Exercise: Only certain lines below are wanted: those starting at the line containing "extrude(amount=-TAGLIO_ESTRUSIONE1_DEPTH, mode=Mode.SUBTRACT)" and ending at the line containing "FreeCAD Python script", both included, each retyped exactly.

::::::::

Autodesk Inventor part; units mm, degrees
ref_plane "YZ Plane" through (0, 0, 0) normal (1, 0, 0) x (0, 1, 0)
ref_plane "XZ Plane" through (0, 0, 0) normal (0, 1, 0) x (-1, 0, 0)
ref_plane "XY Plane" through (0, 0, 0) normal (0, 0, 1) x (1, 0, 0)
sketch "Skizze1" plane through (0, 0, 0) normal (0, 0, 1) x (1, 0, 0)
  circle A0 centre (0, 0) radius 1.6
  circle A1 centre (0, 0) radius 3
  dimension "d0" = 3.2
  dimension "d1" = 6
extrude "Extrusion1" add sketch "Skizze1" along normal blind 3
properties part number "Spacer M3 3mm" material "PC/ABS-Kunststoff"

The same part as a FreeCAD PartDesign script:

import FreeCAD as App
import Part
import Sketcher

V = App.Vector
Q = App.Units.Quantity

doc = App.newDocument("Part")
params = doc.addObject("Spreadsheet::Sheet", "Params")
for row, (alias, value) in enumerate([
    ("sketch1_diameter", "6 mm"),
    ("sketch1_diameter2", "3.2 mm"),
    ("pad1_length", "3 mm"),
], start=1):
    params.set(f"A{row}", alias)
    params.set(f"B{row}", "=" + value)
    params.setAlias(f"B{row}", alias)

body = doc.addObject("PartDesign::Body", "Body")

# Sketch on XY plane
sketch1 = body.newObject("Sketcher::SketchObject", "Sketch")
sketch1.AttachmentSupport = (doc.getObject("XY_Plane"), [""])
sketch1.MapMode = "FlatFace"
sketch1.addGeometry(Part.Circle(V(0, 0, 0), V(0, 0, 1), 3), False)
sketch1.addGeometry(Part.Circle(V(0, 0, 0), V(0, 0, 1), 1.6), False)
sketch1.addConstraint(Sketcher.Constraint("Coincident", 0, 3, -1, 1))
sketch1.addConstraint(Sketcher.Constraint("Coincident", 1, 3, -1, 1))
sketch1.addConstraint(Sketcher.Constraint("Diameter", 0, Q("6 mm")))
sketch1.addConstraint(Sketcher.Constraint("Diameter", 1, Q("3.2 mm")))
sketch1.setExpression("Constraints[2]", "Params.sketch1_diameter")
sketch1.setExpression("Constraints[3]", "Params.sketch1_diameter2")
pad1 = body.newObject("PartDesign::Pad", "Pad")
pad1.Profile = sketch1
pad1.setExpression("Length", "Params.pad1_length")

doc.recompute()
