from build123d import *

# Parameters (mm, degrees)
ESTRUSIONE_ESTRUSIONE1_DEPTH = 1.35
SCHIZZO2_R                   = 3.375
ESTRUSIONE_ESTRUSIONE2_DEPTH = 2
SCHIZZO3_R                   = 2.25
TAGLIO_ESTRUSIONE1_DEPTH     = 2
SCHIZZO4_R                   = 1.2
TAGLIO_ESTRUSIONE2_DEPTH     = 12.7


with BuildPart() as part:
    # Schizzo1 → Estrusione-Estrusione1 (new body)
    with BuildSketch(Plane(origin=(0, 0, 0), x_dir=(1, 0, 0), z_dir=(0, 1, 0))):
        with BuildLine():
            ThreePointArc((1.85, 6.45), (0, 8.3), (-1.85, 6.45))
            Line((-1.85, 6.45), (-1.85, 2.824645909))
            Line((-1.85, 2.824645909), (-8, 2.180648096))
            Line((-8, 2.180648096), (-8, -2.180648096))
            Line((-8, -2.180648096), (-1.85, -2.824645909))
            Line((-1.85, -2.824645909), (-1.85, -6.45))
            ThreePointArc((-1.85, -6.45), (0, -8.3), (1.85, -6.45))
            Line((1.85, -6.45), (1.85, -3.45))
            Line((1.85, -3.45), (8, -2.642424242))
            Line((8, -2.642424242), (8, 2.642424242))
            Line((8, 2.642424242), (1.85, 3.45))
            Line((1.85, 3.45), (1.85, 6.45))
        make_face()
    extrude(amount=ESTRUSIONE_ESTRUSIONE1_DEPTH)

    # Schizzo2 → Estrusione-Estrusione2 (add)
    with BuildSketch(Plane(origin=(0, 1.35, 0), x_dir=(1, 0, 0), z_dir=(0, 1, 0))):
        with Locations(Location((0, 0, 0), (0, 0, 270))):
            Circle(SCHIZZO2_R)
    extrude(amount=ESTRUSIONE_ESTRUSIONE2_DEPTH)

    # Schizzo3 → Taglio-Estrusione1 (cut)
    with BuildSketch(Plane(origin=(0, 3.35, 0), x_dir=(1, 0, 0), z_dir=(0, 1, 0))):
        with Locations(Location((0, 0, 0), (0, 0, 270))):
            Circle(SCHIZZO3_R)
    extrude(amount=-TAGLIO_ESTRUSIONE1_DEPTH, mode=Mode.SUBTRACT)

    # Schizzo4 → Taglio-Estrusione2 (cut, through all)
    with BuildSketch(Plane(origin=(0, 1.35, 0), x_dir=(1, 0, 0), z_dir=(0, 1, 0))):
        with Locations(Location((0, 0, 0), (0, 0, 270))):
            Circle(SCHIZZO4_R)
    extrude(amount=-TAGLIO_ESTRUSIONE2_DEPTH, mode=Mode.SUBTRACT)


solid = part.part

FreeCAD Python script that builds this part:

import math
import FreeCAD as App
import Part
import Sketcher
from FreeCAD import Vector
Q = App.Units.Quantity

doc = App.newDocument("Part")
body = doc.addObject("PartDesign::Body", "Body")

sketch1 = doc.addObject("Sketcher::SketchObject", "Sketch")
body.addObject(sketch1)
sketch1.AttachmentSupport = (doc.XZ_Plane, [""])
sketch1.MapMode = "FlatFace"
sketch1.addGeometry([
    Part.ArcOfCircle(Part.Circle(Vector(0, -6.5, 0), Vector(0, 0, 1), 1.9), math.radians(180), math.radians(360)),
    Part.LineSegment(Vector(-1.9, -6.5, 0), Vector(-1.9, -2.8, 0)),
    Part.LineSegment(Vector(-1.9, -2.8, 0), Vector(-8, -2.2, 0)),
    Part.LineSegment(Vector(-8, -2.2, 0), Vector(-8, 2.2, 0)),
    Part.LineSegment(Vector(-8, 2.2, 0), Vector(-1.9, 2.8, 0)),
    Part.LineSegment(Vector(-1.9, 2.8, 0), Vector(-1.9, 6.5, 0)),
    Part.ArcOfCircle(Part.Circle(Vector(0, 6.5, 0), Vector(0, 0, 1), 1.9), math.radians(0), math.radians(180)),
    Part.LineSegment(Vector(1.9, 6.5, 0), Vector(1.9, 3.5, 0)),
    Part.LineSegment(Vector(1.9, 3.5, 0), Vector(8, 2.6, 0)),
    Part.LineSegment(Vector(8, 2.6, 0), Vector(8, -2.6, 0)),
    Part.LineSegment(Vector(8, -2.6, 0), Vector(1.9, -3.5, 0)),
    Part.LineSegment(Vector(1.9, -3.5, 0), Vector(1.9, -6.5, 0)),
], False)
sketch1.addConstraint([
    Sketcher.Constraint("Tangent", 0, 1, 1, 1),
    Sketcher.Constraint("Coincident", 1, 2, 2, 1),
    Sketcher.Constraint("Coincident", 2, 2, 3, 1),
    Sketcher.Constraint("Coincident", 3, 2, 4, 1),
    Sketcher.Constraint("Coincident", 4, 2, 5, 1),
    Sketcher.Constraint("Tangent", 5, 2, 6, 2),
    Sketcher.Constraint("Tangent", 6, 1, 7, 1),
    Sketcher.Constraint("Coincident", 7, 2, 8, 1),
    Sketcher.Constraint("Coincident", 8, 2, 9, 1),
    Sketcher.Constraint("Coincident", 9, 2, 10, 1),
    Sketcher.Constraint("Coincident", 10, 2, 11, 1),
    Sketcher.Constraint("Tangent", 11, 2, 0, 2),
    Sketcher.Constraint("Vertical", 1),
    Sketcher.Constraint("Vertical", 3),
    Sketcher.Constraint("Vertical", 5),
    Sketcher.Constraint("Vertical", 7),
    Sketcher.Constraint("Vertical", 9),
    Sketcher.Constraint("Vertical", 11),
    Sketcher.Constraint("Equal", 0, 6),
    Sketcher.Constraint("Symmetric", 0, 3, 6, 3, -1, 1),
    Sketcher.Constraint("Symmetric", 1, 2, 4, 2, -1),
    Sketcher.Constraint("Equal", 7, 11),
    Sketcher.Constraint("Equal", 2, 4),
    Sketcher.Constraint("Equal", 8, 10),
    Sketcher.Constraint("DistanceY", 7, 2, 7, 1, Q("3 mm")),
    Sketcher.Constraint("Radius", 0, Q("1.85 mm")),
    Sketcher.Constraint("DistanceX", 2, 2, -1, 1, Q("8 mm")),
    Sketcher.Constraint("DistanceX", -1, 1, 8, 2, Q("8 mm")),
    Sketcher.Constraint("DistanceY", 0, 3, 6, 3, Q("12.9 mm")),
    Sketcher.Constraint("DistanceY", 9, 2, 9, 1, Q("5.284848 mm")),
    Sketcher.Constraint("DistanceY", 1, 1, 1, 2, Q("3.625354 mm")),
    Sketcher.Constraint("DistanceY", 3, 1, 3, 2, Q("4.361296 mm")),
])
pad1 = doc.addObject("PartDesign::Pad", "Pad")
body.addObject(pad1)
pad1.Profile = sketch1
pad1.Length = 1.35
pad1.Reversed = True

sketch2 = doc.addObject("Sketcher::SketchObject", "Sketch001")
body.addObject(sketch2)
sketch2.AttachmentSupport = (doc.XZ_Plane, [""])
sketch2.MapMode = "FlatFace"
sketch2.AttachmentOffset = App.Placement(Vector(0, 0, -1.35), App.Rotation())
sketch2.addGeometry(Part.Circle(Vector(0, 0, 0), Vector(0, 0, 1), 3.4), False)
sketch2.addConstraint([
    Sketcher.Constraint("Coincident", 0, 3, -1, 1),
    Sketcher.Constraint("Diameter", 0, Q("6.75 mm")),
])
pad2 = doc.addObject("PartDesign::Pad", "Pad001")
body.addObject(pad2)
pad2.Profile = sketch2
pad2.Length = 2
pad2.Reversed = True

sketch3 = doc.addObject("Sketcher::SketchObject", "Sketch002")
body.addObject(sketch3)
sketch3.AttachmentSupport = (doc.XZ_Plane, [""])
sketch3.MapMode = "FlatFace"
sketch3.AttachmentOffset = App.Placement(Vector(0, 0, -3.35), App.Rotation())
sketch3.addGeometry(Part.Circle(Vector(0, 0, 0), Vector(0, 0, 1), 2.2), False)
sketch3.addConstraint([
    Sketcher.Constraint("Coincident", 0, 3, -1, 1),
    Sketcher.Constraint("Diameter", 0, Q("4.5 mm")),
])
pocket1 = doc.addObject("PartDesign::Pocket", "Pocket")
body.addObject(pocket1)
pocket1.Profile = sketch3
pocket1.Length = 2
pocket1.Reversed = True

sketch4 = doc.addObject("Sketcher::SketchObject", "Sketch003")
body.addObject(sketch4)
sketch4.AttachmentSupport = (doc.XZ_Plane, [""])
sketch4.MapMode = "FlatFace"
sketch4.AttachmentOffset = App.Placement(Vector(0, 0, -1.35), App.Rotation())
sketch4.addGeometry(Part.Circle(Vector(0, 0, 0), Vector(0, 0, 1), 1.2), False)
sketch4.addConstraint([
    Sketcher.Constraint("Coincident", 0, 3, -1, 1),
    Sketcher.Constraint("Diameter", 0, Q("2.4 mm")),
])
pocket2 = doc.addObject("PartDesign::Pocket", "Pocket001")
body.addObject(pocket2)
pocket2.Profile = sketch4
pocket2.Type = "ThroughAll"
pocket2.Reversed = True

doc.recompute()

::::::::

Task answer:
    extrude(amount=-TAGLIO_ESTRUSIONE1_DEPTH, mode=Mode.SUBTRACT)

    # Schizzo4 → Taglio-Estrusione2 (cut, through all)
    with BuildSketch(Plane(origin=(0, 1.35, 0), x_dir=(1, 0, 0), z_dir=(0, 1, 0))):
        with Locations(Location((0, 0, 0), (0, 0, 270))):
            Circle(SCHIZZO4_R)
    extrude(amount=-TAGLIO_ESTRUSIONE2_DEPTH, mode=Mode.SUBTRACT)


solid = part.part

FreeCAD Python script that builds this part:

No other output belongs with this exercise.